- YOUR INSTRUCTIONS
Look below for the lines from the one with "v 5.737 6.935 36" to the one with "v -1.686 8.841 36", and copy exactly those lines, both ends included.

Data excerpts
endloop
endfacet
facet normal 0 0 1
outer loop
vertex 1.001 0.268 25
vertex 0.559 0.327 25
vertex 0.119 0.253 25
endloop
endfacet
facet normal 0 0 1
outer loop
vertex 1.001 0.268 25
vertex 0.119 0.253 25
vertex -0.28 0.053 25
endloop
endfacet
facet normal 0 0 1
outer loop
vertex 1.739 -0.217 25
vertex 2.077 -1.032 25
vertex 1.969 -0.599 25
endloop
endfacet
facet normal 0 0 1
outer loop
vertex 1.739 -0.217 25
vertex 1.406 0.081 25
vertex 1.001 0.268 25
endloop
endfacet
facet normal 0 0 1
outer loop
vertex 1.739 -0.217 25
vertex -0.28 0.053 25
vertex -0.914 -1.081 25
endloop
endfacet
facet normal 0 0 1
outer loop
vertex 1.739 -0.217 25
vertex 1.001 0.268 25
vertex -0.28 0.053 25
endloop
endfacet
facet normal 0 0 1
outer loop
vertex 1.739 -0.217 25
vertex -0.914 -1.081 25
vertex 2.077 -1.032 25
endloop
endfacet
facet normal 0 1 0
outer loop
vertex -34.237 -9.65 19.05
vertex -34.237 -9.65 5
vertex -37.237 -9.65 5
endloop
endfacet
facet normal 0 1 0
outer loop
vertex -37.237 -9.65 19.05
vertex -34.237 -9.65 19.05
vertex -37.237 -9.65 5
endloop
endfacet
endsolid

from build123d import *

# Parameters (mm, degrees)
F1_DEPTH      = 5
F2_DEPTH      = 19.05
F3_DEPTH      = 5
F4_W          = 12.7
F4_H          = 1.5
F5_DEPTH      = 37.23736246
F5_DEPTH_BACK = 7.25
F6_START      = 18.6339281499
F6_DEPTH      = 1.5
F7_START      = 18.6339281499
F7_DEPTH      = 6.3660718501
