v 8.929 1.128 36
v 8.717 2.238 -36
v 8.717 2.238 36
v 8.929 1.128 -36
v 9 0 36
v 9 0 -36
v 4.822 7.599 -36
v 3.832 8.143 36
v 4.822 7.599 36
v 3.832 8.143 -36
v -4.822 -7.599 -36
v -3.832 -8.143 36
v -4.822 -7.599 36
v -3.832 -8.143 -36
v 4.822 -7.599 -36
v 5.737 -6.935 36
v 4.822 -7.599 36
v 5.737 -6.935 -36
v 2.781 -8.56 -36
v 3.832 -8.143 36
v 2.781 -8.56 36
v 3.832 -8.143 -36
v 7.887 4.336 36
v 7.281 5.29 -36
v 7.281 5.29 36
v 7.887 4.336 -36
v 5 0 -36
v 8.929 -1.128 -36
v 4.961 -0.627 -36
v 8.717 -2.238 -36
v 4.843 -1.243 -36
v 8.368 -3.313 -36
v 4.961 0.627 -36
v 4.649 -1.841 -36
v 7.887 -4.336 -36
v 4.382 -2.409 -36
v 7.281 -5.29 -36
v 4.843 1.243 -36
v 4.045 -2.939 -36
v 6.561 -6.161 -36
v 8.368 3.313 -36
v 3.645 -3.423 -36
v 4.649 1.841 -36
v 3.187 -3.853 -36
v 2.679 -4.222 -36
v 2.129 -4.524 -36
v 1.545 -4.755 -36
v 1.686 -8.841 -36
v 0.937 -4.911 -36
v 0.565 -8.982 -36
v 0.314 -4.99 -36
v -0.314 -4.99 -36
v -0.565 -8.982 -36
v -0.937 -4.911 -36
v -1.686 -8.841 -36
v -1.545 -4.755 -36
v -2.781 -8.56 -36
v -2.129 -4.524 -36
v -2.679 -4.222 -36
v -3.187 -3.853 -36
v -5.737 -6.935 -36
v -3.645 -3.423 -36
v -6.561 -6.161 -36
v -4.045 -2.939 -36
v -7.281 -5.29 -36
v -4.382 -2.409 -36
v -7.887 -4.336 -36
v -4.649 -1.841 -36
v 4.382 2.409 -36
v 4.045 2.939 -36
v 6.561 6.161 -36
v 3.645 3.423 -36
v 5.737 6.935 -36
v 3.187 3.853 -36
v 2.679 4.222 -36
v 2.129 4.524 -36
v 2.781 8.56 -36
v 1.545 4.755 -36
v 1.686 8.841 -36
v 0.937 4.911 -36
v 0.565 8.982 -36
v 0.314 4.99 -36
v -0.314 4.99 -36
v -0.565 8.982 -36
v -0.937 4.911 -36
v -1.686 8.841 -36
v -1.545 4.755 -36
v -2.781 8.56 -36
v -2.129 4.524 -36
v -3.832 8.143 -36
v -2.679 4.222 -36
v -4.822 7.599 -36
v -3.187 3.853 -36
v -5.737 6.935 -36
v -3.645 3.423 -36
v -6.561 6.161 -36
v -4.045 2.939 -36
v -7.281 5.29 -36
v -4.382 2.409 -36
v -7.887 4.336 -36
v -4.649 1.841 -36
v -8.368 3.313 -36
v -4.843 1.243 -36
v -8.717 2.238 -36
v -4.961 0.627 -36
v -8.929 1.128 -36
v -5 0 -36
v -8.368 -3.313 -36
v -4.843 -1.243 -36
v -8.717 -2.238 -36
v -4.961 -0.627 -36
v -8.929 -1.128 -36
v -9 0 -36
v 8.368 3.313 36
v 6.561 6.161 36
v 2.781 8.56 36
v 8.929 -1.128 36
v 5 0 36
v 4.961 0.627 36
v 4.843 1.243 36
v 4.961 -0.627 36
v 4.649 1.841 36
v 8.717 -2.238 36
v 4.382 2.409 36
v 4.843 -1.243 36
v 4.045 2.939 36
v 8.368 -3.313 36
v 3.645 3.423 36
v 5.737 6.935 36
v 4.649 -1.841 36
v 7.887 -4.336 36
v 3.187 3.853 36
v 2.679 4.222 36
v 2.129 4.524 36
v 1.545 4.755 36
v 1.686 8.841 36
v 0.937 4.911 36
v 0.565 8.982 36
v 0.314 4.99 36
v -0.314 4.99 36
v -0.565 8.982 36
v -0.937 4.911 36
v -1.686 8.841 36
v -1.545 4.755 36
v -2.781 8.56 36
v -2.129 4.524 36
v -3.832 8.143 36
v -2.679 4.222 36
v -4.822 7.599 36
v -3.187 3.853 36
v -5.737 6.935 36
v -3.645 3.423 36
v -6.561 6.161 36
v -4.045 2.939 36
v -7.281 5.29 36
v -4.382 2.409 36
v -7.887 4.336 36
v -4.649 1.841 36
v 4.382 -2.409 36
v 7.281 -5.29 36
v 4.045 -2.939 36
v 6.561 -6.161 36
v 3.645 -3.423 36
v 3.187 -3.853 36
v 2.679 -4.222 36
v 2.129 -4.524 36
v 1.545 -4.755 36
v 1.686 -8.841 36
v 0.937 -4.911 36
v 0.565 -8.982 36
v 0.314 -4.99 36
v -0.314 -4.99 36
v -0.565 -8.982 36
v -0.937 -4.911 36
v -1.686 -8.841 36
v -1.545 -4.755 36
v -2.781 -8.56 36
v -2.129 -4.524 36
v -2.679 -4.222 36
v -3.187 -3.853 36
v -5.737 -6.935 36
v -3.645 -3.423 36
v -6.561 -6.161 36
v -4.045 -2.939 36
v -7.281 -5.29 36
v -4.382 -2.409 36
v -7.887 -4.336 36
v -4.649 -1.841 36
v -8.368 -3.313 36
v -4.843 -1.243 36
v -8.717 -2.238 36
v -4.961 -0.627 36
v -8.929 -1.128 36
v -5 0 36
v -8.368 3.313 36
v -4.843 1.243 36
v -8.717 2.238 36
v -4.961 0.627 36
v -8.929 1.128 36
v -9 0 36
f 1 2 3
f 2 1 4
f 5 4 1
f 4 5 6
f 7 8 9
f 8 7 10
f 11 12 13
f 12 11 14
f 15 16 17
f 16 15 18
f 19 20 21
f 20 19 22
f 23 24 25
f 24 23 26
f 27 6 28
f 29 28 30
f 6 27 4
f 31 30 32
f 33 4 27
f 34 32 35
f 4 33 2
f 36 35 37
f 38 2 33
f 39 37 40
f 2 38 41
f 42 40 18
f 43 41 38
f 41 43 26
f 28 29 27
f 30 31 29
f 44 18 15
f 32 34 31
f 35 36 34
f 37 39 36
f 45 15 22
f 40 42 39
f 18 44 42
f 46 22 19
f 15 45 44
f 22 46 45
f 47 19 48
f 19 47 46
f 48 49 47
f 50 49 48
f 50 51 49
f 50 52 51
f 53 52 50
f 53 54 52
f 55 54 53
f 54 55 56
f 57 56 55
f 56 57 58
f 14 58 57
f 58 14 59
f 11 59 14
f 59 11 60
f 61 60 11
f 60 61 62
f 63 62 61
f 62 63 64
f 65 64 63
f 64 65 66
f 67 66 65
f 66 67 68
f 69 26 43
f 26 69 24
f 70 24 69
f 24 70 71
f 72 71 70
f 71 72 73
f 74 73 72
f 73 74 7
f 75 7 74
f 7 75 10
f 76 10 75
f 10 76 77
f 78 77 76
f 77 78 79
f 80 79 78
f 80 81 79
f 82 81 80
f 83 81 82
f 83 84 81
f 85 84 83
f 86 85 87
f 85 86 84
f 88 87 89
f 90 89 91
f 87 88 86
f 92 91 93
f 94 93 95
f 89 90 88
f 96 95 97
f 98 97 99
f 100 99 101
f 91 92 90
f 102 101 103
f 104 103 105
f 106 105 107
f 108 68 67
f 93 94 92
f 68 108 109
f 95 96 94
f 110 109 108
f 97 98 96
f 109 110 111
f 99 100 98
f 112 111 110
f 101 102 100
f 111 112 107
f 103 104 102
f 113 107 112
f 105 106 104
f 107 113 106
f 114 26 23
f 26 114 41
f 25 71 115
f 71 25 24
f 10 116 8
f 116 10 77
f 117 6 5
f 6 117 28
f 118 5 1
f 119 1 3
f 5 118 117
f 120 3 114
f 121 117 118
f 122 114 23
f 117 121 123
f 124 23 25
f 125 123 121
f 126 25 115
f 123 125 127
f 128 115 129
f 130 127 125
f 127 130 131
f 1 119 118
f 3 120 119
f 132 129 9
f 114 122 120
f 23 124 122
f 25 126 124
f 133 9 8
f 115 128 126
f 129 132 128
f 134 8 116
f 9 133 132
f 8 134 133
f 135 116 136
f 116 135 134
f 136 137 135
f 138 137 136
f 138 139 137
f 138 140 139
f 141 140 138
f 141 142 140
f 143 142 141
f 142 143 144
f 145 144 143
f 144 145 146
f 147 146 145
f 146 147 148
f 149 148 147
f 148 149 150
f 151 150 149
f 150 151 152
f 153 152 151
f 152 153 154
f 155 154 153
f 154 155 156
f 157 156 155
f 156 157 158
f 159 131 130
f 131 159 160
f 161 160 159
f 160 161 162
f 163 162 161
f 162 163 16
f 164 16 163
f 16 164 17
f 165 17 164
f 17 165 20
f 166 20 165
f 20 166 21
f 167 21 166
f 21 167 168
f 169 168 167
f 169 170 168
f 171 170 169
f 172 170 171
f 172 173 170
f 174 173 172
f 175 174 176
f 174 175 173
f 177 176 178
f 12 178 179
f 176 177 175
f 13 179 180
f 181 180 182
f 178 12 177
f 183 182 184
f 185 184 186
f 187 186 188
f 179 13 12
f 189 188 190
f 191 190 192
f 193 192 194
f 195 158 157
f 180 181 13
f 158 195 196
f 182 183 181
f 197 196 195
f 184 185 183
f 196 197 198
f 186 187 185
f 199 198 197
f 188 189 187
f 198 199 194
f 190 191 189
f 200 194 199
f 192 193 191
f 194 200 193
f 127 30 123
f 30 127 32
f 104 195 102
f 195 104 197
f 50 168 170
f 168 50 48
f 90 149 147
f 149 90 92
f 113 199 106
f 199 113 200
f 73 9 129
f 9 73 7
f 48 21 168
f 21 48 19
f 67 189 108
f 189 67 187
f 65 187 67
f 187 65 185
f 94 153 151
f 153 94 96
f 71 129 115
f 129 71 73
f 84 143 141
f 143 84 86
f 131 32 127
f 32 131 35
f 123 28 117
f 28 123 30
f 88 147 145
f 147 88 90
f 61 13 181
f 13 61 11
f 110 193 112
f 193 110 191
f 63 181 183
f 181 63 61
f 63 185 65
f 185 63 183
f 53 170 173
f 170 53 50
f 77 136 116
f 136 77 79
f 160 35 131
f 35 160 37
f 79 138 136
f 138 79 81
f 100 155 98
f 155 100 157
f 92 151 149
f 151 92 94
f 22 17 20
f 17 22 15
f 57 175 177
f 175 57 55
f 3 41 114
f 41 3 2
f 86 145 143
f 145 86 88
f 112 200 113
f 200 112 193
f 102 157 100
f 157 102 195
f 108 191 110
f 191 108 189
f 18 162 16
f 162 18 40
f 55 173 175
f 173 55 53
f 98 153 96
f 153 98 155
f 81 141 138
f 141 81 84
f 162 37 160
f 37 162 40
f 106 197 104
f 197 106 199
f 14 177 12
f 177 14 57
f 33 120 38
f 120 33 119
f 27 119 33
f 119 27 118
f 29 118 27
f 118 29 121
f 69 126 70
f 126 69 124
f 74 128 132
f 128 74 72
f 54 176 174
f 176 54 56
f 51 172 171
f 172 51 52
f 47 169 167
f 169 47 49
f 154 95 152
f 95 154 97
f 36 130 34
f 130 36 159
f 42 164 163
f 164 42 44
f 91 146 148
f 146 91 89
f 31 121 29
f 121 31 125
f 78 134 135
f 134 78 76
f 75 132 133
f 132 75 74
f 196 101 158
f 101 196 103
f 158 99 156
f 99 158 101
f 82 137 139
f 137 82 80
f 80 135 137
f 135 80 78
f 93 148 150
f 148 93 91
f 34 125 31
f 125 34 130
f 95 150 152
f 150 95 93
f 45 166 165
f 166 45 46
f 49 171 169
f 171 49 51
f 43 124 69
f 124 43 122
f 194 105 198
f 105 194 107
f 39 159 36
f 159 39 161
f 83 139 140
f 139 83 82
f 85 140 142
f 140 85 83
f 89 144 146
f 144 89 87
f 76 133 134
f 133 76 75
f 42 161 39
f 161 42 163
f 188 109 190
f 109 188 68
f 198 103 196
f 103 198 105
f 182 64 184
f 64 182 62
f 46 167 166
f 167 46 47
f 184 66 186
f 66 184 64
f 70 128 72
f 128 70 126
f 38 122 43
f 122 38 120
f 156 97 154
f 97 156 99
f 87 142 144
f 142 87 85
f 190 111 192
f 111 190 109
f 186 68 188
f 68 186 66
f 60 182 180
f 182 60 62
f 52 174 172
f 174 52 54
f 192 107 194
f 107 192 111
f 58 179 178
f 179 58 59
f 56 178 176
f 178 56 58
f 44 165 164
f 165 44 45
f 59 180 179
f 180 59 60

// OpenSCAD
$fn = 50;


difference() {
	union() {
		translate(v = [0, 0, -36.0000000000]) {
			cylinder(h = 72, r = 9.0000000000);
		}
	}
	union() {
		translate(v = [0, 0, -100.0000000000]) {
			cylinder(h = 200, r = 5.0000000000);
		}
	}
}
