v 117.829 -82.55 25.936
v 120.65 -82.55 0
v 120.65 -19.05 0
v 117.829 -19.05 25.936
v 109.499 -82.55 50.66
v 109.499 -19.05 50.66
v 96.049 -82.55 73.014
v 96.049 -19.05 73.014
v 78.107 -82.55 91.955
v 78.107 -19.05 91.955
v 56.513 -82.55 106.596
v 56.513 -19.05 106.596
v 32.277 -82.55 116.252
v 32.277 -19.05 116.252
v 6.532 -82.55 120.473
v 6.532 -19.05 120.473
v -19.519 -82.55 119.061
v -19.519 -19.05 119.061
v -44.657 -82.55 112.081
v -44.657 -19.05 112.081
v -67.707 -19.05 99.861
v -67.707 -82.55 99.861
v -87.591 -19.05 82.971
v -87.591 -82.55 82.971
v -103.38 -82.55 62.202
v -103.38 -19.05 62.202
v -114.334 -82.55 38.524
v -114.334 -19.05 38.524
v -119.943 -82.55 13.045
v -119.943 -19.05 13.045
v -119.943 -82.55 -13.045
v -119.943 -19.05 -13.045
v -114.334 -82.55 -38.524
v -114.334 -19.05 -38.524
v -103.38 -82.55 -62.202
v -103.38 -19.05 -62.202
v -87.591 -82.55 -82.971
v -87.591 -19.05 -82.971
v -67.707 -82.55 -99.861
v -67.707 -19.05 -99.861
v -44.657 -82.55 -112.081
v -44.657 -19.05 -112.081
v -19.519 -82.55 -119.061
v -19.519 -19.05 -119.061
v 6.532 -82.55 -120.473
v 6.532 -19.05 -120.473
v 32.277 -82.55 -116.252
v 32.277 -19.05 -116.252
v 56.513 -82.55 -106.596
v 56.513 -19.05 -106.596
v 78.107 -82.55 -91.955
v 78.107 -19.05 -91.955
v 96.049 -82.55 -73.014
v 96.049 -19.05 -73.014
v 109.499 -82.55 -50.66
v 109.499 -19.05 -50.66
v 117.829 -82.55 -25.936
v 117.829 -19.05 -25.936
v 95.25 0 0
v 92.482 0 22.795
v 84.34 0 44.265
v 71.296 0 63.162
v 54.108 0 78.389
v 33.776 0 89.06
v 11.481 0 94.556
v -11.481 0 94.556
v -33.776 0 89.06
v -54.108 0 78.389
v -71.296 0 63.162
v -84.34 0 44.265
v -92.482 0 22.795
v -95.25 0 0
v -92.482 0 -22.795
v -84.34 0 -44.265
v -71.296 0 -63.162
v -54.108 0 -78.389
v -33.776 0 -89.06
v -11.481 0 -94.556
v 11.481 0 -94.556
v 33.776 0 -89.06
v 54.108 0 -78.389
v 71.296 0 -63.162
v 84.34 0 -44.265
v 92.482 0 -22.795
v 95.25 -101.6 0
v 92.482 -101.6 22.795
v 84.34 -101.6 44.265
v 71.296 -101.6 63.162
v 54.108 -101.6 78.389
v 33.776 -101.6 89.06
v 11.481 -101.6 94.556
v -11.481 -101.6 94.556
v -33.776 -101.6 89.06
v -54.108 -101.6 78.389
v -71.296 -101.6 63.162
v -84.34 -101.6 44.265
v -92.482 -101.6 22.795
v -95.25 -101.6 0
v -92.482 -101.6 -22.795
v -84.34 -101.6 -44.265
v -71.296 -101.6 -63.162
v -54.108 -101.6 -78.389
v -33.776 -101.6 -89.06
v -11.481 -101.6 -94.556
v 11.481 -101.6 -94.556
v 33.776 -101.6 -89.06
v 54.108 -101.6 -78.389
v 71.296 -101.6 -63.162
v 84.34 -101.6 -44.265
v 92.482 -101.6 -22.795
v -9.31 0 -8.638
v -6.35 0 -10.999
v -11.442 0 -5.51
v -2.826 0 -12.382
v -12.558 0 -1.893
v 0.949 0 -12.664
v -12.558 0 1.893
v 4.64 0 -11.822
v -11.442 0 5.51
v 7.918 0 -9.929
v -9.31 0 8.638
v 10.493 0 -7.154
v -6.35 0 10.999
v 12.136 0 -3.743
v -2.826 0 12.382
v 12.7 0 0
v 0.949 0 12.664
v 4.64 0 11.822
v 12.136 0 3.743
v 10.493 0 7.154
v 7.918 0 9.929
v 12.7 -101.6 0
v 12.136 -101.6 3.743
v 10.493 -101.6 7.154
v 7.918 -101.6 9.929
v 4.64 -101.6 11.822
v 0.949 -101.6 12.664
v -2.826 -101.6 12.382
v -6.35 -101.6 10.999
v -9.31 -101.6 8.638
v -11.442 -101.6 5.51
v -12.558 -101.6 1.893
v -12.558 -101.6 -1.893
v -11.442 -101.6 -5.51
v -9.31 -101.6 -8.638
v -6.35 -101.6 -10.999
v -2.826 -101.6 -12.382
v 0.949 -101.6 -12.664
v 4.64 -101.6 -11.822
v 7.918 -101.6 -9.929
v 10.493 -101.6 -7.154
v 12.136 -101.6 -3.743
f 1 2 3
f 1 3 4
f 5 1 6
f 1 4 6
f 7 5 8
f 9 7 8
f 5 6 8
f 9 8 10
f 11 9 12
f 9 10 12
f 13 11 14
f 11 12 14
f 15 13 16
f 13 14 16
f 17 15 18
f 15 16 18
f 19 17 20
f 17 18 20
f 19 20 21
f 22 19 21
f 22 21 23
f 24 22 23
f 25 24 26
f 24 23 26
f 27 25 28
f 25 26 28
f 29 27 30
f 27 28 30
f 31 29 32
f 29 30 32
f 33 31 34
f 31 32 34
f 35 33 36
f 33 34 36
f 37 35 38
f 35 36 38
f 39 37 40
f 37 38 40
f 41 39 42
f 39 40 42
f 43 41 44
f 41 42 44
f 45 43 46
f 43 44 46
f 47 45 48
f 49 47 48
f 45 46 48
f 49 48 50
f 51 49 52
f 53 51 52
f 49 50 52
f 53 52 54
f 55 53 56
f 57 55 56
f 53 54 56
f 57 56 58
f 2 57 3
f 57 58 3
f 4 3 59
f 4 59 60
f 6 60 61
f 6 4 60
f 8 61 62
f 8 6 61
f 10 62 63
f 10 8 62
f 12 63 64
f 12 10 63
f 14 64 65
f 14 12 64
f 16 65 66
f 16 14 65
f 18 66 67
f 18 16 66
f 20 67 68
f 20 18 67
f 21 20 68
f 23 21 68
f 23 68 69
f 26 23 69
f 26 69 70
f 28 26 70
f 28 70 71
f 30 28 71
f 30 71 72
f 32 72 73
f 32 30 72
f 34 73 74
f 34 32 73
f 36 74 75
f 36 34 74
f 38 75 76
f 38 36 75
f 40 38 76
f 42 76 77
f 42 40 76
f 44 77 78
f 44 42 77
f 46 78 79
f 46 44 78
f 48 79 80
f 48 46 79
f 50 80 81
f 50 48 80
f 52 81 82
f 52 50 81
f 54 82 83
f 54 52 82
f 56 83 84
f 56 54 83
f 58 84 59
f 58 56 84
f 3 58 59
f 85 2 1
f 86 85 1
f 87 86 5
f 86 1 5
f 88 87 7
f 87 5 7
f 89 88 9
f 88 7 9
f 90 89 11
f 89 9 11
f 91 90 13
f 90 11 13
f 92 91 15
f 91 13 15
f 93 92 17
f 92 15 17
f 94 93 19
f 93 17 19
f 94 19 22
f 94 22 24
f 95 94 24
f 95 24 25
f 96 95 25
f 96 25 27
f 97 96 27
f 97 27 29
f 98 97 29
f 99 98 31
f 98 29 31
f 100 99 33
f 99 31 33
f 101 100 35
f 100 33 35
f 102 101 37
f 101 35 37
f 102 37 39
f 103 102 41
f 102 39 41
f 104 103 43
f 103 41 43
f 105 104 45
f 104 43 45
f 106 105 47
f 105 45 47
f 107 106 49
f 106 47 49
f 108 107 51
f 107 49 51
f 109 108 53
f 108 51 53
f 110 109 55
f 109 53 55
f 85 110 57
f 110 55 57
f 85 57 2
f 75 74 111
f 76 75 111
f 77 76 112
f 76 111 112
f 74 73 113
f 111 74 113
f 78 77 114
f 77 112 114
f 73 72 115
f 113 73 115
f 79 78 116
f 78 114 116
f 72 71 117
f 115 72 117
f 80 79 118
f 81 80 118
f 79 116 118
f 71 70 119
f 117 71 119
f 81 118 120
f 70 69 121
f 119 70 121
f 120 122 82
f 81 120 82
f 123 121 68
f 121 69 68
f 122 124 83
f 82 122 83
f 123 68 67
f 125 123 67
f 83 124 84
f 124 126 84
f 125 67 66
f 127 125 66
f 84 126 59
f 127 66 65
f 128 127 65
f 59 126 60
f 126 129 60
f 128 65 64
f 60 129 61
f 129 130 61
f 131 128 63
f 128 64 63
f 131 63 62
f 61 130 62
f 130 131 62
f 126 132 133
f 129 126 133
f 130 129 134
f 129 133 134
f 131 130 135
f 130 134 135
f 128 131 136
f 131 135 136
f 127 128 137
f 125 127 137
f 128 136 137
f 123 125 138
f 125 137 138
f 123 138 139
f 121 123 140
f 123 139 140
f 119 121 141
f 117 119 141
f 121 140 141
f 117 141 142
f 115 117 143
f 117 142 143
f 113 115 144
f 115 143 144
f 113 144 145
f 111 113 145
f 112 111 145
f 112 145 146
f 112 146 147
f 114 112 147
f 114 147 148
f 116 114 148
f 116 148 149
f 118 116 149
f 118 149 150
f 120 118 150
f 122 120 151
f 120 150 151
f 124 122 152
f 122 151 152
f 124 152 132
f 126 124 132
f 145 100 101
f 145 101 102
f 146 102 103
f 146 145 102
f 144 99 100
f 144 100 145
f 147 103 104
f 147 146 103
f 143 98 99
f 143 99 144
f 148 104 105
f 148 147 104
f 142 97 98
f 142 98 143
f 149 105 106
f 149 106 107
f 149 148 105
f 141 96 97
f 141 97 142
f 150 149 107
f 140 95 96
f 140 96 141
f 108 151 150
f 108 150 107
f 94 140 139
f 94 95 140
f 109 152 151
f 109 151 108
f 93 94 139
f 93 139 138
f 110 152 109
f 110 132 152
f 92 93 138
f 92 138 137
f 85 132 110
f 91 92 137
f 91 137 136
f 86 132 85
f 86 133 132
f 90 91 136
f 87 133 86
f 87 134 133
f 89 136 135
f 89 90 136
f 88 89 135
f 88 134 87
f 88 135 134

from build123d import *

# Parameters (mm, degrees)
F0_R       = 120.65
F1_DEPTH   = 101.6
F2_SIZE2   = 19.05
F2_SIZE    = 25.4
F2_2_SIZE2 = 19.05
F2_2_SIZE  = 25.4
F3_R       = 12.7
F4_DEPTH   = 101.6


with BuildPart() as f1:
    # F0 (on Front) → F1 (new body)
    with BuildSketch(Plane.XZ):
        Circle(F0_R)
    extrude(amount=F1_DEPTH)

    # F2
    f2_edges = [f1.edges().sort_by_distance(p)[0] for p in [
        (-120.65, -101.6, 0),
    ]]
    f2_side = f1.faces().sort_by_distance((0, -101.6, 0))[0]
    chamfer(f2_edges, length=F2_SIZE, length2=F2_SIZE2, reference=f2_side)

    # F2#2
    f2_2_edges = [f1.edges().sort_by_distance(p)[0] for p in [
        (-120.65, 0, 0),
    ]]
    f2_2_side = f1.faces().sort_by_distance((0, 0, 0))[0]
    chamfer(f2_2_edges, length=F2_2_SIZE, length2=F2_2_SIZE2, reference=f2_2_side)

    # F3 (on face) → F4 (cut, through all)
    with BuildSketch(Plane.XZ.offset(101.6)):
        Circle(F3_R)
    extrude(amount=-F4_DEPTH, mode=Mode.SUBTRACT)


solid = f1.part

- RESULT OF THE TASK
v 5.737 6.935 36
v 4.649 -1.841 36
v 7.887 -4.336 36
v 3.187 3.853 36
v 2.679 4.222 36
v 2.129 4.524 36
v 1.545 4.755 36
v 1.686 8.841 36
v 0.937 4.911 36
v 0.565 8.982 36
v 0.314 4.99 36
v -0.314 4.99 36
v -0.565 8.982 36
v -0.937 4.911 36
v -1.686 8.841 36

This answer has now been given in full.